Work to complete
Among the lines below, copy exactly those from the one with "f 712 711 545" through the one with "f 691 515 516", counting both ends.

[Saved entries]
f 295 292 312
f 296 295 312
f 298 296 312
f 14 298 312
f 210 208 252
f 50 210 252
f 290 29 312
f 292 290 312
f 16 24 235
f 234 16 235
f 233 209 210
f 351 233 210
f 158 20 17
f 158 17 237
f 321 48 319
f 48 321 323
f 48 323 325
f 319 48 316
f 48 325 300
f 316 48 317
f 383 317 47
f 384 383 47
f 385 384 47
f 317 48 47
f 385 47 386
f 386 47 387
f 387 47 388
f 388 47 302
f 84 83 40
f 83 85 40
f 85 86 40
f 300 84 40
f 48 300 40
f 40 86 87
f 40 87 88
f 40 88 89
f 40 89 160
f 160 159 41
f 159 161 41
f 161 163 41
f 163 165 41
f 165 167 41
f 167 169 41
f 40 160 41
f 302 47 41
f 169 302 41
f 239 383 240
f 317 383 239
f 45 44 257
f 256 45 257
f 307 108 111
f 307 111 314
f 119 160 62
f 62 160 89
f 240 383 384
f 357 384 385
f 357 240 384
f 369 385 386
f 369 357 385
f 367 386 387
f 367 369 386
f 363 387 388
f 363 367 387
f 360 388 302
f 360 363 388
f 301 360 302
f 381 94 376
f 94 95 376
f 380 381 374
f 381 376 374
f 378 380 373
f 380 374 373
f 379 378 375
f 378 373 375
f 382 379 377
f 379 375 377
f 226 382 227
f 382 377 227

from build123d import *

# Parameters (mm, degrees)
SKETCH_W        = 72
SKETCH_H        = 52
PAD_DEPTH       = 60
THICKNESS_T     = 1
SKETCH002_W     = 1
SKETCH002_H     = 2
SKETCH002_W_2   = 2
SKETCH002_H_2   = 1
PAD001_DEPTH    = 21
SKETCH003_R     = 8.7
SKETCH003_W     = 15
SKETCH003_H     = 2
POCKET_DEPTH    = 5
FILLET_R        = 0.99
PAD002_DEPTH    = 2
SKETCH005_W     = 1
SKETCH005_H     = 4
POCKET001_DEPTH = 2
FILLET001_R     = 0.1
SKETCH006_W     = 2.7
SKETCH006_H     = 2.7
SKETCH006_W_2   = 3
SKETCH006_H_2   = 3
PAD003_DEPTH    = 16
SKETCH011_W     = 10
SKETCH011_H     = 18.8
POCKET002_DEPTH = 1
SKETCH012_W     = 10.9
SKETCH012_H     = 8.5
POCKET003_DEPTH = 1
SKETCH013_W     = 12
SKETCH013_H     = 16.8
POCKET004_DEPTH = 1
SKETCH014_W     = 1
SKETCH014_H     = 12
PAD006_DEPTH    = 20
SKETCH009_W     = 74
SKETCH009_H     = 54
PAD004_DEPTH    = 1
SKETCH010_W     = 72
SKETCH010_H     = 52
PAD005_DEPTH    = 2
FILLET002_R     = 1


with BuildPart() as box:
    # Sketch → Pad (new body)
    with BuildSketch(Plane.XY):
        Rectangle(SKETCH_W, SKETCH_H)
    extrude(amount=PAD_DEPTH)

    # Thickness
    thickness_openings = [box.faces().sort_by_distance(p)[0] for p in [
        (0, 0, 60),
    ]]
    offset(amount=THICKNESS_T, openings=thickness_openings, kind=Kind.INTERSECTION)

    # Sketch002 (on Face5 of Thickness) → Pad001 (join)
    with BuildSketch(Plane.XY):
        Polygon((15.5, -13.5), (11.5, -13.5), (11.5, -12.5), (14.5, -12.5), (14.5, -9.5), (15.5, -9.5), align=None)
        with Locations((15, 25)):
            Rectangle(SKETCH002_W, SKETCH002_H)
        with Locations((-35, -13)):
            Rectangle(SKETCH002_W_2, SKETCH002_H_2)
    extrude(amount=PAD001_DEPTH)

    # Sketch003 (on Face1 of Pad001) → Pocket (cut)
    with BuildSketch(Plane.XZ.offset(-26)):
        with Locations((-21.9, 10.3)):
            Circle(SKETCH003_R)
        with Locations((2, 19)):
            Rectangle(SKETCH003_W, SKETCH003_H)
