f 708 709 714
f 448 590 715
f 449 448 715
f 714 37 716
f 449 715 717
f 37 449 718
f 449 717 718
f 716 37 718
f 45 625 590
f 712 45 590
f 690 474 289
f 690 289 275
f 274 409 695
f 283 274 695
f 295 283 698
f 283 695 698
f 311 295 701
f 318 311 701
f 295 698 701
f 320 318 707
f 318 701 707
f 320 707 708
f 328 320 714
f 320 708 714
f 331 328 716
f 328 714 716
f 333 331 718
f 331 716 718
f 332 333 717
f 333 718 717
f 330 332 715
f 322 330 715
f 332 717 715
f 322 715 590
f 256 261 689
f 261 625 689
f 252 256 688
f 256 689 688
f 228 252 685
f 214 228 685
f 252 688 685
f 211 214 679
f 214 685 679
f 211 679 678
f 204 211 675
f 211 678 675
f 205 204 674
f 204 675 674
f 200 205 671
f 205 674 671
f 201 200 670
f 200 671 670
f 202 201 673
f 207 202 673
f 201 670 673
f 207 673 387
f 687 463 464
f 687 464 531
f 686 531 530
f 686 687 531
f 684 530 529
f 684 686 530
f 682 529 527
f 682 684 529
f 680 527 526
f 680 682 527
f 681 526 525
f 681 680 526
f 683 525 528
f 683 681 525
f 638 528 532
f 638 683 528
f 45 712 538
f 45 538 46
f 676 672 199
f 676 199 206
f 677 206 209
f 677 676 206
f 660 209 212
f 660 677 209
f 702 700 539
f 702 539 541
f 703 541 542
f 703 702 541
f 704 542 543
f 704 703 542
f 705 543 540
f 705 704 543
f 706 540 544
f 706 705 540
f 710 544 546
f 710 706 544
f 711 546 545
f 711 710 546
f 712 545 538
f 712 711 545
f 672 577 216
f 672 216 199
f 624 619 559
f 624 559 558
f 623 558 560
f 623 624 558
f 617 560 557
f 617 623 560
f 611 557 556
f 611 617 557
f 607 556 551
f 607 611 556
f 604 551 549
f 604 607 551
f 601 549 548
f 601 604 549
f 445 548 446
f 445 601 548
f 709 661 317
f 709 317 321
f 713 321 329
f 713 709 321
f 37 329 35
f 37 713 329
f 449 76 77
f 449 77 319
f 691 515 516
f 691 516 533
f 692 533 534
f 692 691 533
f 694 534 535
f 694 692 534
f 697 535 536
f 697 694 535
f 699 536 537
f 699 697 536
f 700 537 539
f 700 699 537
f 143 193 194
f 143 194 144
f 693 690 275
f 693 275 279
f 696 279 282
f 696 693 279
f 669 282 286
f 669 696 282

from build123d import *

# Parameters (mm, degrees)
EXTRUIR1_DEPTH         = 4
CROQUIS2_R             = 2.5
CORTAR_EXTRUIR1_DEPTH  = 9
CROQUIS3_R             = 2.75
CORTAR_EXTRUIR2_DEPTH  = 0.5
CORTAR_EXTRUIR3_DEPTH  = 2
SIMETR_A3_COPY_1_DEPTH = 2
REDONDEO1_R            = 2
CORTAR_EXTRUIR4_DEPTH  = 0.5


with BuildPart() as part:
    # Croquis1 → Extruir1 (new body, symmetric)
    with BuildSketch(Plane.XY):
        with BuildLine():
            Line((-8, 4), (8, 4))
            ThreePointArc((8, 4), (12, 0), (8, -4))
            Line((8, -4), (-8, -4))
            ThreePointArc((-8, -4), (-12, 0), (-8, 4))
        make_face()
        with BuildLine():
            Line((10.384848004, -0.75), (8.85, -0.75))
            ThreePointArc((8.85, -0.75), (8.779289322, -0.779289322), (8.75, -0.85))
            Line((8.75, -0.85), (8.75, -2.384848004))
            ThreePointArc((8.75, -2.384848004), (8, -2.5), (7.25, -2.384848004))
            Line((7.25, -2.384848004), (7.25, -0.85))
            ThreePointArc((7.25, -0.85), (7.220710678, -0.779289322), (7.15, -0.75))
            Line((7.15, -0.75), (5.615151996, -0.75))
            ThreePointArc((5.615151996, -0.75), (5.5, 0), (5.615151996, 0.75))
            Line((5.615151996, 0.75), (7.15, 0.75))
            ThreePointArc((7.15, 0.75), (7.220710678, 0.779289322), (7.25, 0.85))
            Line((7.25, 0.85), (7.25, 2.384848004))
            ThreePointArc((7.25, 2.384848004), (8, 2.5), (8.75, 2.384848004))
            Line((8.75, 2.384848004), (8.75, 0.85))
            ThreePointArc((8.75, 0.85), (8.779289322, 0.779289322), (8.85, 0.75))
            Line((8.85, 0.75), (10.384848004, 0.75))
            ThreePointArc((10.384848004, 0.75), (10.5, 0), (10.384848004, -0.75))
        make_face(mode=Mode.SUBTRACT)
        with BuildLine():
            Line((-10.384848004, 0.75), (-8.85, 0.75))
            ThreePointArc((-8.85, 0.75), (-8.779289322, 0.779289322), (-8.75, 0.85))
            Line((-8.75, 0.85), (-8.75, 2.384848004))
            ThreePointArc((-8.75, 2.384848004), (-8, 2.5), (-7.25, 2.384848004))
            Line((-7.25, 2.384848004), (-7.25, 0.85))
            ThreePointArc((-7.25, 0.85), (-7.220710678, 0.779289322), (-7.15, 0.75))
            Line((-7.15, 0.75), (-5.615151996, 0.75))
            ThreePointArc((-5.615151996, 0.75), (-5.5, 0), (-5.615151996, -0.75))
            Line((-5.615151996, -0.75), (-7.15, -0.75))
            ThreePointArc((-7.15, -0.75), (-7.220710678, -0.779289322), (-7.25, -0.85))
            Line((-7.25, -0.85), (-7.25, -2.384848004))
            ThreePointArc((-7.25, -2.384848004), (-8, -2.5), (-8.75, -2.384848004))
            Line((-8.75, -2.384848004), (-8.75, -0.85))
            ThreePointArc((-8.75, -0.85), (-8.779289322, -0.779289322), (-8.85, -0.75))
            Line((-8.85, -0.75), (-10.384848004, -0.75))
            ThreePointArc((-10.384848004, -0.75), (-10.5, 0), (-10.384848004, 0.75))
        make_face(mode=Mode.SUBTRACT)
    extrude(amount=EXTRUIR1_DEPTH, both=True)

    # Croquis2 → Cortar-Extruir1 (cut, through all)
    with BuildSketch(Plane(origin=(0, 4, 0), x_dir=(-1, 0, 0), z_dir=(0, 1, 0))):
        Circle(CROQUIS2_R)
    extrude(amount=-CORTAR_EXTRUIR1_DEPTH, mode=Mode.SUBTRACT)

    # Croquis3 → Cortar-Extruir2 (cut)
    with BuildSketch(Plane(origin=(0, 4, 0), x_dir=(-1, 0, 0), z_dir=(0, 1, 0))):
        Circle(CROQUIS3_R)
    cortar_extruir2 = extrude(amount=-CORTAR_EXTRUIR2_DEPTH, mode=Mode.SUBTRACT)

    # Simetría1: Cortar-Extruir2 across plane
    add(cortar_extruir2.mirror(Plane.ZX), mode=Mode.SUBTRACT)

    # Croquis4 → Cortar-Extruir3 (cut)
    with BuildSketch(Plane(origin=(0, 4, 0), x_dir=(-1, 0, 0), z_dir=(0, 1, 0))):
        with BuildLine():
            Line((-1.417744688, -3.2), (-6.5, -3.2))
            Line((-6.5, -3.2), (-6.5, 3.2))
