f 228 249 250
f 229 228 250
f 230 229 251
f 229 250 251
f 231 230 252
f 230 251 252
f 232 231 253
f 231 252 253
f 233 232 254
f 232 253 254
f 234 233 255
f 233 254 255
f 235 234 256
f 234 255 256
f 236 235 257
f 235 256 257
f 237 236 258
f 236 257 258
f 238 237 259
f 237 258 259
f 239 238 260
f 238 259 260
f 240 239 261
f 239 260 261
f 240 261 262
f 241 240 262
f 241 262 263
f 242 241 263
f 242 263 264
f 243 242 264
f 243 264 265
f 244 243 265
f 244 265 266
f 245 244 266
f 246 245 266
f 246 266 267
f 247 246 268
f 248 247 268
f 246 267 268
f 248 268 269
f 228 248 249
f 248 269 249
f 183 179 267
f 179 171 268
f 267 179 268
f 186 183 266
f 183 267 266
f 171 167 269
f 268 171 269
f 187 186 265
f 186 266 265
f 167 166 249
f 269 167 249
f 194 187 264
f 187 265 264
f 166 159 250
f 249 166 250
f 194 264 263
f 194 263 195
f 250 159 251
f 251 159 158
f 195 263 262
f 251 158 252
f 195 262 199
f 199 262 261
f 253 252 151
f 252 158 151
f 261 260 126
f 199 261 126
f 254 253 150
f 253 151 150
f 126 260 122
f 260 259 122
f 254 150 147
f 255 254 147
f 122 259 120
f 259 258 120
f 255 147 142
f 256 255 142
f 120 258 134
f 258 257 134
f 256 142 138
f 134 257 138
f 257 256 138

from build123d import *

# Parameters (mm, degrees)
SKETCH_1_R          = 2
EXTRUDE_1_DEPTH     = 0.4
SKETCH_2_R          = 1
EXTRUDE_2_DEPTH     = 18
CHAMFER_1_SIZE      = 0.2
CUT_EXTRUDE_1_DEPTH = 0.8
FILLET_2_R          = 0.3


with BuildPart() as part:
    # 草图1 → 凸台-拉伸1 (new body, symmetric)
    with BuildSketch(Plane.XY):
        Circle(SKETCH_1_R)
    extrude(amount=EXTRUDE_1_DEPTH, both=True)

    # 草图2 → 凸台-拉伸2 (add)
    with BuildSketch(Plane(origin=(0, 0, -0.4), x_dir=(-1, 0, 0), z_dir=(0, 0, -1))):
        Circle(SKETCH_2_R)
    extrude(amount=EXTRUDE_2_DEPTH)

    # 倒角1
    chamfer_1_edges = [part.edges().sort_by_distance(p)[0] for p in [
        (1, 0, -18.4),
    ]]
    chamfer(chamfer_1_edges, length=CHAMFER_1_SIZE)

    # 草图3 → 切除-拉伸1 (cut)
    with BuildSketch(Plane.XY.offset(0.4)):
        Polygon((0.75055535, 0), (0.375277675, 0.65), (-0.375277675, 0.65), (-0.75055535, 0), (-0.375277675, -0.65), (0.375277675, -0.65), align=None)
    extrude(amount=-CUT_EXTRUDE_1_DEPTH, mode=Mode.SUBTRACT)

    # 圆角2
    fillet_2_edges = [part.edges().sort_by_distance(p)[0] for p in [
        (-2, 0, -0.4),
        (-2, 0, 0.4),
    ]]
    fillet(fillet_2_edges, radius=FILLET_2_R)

Your solution
f 712 711 545
f 672 577 216
f 672 216 199
f 624 619 559
f 624 559 558
f 623 558 560
f 623 624 558
f 617 560 557
f 617 623 560
f 611 557 556
f 611 617 557
f 607 556 551
f 607 611 556
f 604 551 549
f 604 607 551
f 601 549 548
f 601 604 549
f 445 548 446
f 445 601 548
f 709 661 317
f 709 317 321
f 713 321 329
f 713 709 321
f 37 329 35
f 37 713 329
f 449 76 77
f 449 77 319
f 691 515 516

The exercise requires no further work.